**WORK REQUEST**
Your response should consist of the full data, set down exactly.

**WORKING DATA**
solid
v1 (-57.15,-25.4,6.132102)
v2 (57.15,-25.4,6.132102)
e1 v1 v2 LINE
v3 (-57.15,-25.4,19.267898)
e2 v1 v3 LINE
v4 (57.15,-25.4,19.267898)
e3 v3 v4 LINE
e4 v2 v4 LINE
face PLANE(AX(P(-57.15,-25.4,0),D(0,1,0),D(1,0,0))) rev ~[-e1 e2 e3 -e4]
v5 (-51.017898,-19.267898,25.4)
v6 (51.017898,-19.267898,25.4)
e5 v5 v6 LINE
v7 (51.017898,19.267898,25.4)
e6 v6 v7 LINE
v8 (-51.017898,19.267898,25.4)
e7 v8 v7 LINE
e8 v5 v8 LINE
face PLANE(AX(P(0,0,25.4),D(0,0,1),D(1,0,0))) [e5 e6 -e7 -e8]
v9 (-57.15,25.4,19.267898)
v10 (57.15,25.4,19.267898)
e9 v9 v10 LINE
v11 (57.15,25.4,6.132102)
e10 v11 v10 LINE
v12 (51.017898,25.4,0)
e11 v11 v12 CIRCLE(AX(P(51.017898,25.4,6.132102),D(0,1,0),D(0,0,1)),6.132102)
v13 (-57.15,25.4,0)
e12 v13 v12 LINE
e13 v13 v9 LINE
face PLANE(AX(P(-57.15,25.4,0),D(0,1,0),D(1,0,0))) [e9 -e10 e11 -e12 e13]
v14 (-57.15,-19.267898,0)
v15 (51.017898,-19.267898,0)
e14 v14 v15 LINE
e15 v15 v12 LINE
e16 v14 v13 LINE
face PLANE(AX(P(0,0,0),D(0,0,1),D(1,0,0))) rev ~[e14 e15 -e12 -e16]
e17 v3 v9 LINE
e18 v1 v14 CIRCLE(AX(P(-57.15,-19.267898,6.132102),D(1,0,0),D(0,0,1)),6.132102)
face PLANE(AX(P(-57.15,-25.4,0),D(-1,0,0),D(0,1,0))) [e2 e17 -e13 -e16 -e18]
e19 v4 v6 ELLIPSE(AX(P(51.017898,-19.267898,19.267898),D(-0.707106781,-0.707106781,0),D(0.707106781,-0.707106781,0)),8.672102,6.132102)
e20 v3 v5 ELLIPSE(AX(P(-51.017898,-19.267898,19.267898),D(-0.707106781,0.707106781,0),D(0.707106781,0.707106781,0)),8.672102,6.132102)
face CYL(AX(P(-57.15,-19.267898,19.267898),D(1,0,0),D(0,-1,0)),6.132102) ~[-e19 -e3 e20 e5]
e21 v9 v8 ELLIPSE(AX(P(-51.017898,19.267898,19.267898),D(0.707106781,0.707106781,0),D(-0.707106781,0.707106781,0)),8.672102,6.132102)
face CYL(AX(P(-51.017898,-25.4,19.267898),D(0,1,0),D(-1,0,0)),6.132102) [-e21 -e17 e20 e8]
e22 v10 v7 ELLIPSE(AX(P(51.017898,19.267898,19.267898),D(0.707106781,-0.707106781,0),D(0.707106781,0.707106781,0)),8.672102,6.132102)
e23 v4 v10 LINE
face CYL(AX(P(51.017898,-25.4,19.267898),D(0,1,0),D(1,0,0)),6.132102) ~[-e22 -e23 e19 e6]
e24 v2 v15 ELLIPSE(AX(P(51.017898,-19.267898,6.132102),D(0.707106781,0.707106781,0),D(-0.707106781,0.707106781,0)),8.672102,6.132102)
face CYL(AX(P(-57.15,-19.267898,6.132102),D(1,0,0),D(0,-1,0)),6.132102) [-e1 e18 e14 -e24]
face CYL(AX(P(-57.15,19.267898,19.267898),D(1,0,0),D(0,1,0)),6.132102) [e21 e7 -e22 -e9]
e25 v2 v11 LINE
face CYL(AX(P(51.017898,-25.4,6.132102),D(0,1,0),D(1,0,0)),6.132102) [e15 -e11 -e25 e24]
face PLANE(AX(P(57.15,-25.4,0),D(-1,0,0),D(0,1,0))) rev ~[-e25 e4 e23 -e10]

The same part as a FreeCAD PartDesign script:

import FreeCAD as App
import Part
import Sketcher
from FreeCAD import Vector
Q = App.Units.Quantity


def edges_at(feature, points):
    """Names of the edges that pass closest to the given points."""
    edges = feature.Shape.Edges
    near = lambda p: min(range(len(edges)), key=lambda i: edges[i].distToShape(Part.Vertex(*p))[0])
    return sorted({f"Edge{near(p) + 1}" for p in points})


def add_polygon(sketch, points):
    """Adds a closed chain of lines whose ends are joined by coincident constraints."""
    first, n = sketch.GeometryCount, len(points)
    for a, b in zip(points, points[1:] + points[:1]):
        sketch.addGeometry(Part.LineSegment(App.Vector(*a, 0), App.Vector(*b, 0)), False)
    for i in range(n):
        sketch.addConstraint(Sketcher.Constraint("Coincident", first + i, 2, first + (i + 1) % n, 1))

doc = App.newDocument("Part")
body = doc.addObject("PartDesign::Body", "Body")

# Sketch on XY plane
sketch1 = body.newObject("Sketcher::SketchObject", "Sketch")
sketch1.AttachmentSupport = (doc.getObject("XY_Plane"), [""])
sketch1.MapMode = "FlatFace"
add_polygon(sketch1, [(-57, 25), (-57, -25), (57, -25), (57, 25)])  # lines 0-3
sketch1.addConstraint([
    Sketcher.Constraint("Vertical", 0),
    Sketcher.Constraint("Horizontal", 1),
    Sketcher.Constraint("Vertical", 2),
    Sketcher.Constraint("Horizontal", 3),
    Sketcher.Constraint("Symmetric", 0, 2, 2, 2, -1, 1),
    Sketcher.Constraint("DistanceY", 0, 2, 0, 1, Q("2 in")),
    Sketcher.Constraint("DistanceX", 1, 1, 1, 2, Q("4.5 in")),
])
pad1 = body.newObject("PartDesign::Pad", "Pad")
pad1.Profile = sketch1
pad1.Length = Q("1 in")
doc.recompute()

fillet = body.newObject("PartDesign::Fillet", "Fillet")
fillet.Base = (pad1, edges_at(pad1, [
    (57.15, 0, 0),
    (-57.15, 0, 25.4),
    (0, -25.4, 25.4),
    (0, 25.4, 25.4),
    (57.15, 0, 25.4),
    (0, -25.4, 0),
]))
fillet.Radius = 6.132102

doc.recompute()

**PROBLEM SOLUTION**
solid
v1 (-57.15,-25.4,6.132102)
v2 (57.15,-25.4,6.132102)
e1 v1 v2 LINE
v3 (-57.15,-25.4,19.267898)
e2 v1 v3 LINE
v4 (57.15,-25.4,19.267898)
e3 v3 v4 LINE
e4 v2 v4 LINE
face PLANE(AX(P(-57.15,-25.4,0),D(0,1,0),D(1,0,0))) rev ~[-e1 e2 e3 -e4]
v5 (-51.017898,-19.267898,25.4)
v6 (51.017898,-19.267898,25.4)
e5 v5 v6 LINE
v7 (51.017898,19.267898,25.4)
e6 v6 v7 LINE
v8 (-51.017898,19.267898,25.4)
e7 v8 v7 LINE
e8 v5 v8 LINE
face PLANE(AX(P(0,0,25.4),D(0,0,1),D(1,0,0))) [e5 e6 -e7 -e8]
v9 (-57.15,25.4,19.267898)
v10 (57.15,25.4,19.267898)
e9 v9 v10 LINE
v11 (57.15,25.4,6.132102)
e10 v11 v10 LINE
v12 (51.017898,25.4,0)
e11 v11 v12 CIRCLE(AX(P(51.017898,25.4,6.132102),D(0,1,0),D(0,0,1)),6.132102)
v13 (-57.15,25.4,0)
e12 v13 v12 LINE
e13 v13 v9 LINE
face PLANE(AX(P(-57.15,25.4,0),D(0,1,0),D(1,0,0))) [e9 -e10 e11 -e12 e13]
v14 (-57.15,-19.267898,0)
v15 (51.017898,-19.267898,0)
e14 v14 v15 LINE
e15 v15 v12 LINE
e16 v14 v13 LINE
face PLANE(AX(P(0,0,0),D(0,0,1),D(1,0,0))) rev ~[e14 e15 -e12 -e16]
e17 v3 v9 LINE
e18 v1 v14 CIRCLE(AX(P(-57.15,-19.267898,6.132102),D(1,0,0),D(0,0,1)),6.132102)
face PLANE(AX(P(-57.15,-25.4,0),D(-1,0,0),D(0,1,0))) [e2 e17 -e13 -e16 -e18]
e19 v4 v6 ELLIPSE(AX(P(51.017898,-19.267898,19.267898),D(-0.707106781,-0.707106781,0),D(0.707106781,-0.707106781,0)),8.672102,6.132102)
e20 v3 v5 ELLIPSE(AX(P(-51.017898,-19.267898,19.267898),D(-0.707106781,0.707106781,0),D(0.707106781,0.707106781,0)),8.672102,6.132102)
face CYL(AX(P(-57.15,-19.267898,19.267898),D(1,0,0),D(0,-1,0)),6.132102) ~[-e19 -e3 e20 e5]
e21 v9 v8 ELLIPSE(AX(P(-51.017898,19.267898,19.267898),D(0.707106781,0.707106781,0),D(-0.707106781,0.707106781,0)),8.672102,6.132102)
face CYL(AX(P(-51.017898,-25.4,19.267898),D(0,1,0),D(-1,0,0)),6.132102) [-e21 -e17 e20 e8]
e22 v10 v7 ELLIPSE(AX(P(51.017898,19.267898,19.267898),D(0.707106781,-0.707106781,0),D(0.707106781,0.707106781,0)),8.672102,6.132102)
e23 v4 v10 LINE
face CYL(AX(P(51.017898,-25.4,19.267898),D(0,1,0),D(1,0,0)),6.132102) ~[-e22 -e23 e19 e6]
e24 v2 v15 ELLIPSE(AX(P(51.017898,-19.267898,6.132102),D(0.707106781,0.707106781,0),D(-0.707106781,0.707106781,0)),8.672102,6.132102)
face CYL(AX(P(-57.15,-19.267898,6.132102),D(1,0,0),D(0,-1,0)),6.132102) [-e1 e18 e14 -e24]
face CYL(AX(P(-57.15,19.267898,19.267898),D(1,0,0),D(0,1,0)),6.132102) [e21 e7 -e22 -e9]
e25 v2 v11 LINE
face CYL(AX(P(51.017898,-25.4,6.132102),D(0,1,0),D(1,0,0)),6.132102) [e15 -e11 -e25 e24]
face PLANE(AX(P(57.15,-25.4,0),D(-1,0,0),D(0,1,0))) rev ~[-e25 e4 e23 -e10]

The same part as a FreeCAD PartDesign script:

import FreeCAD as App
import Part
import Sketcher
from FreeCAD import Vector
Q = App.Units.Quantity


def edges_at(feature, points):
    """Names of the edges that pass closest to the given points."""
    edges = feature.Shape.Edges
    near = lambda p: min(range(len(edges)), key=lambda i: edges[i].distToShape(Part.Vertex(*p))[0])
    return sorted({f"Edge{near(p) + 1}" for p in points})


def add_polygon(sketch, points):
    """Adds a closed chain of lines whose ends are joined by coincident constraints."""
    first, n = sketch.GeometryCount, len(points)
    for a, b in zip(points, points[1:] + points[:1]):
        sketch.addGeometry(Part.LineSegment(App.Vector(*a, 0), App.Vector(*b, 0)), False)
    for i in range(n):
        sketch.addConstraint(Sketcher.Constraint("Coincident", first + i, 2, first + (i + 1) % n, 1))

doc = App.newDocument("Part")
body = doc.addObject("PartDesign::Body", "Body")

# Sketch on XY plane
sketch1 = body.newObject("Sketcher::SketchObject", "Sketch")
sketch1.AttachmentSupport = (doc.getObject("XY_Plane"), [""])
sketch1.MapMode = "FlatFace"
add_polygon(sketch1, [(-57, 25), (-57, -25), (57, -25), (57, 25)])  # lines 0-3
sketch1.addConstraint([
    Sketcher.Constraint("Vertical", 0),
    Sketcher.Constraint("Horizontal", 1),
    Sketcher.Constraint("Vertical", 2),
    Sketcher.Constraint("Horizontal", 3),
    Sketcher.Constraint("Symmetric", 0, 2, 2, 2, -1, 1),
    Sketcher.Constraint("DistanceY", 0, 2, 0, 1, Q("2 in")),
    Sketcher.Constraint("DistanceX", 1, 1, 1, 2, Q("4.5 in")),
])
pad1 = body.newObject("PartDesign::Pad", "Pad")
pad1.Profile = sketch1
pad1.Length = Q("1 in")
doc.recompute()

fillet = body.newObject("PartDesign::Fillet", "Fillet")
fillet.Base = (pad1, edges_at(pad1, [
    (57.15, 0, 0),
    (-57.15, 0, 25.4),
    (0, -25.4, 25.4),
    (0, 25.4, 25.4),
    (57.15, 0, 25.4),
    (0, -25.4, 0),
]))
fillet.Radius = 6.132102

doc.recompute()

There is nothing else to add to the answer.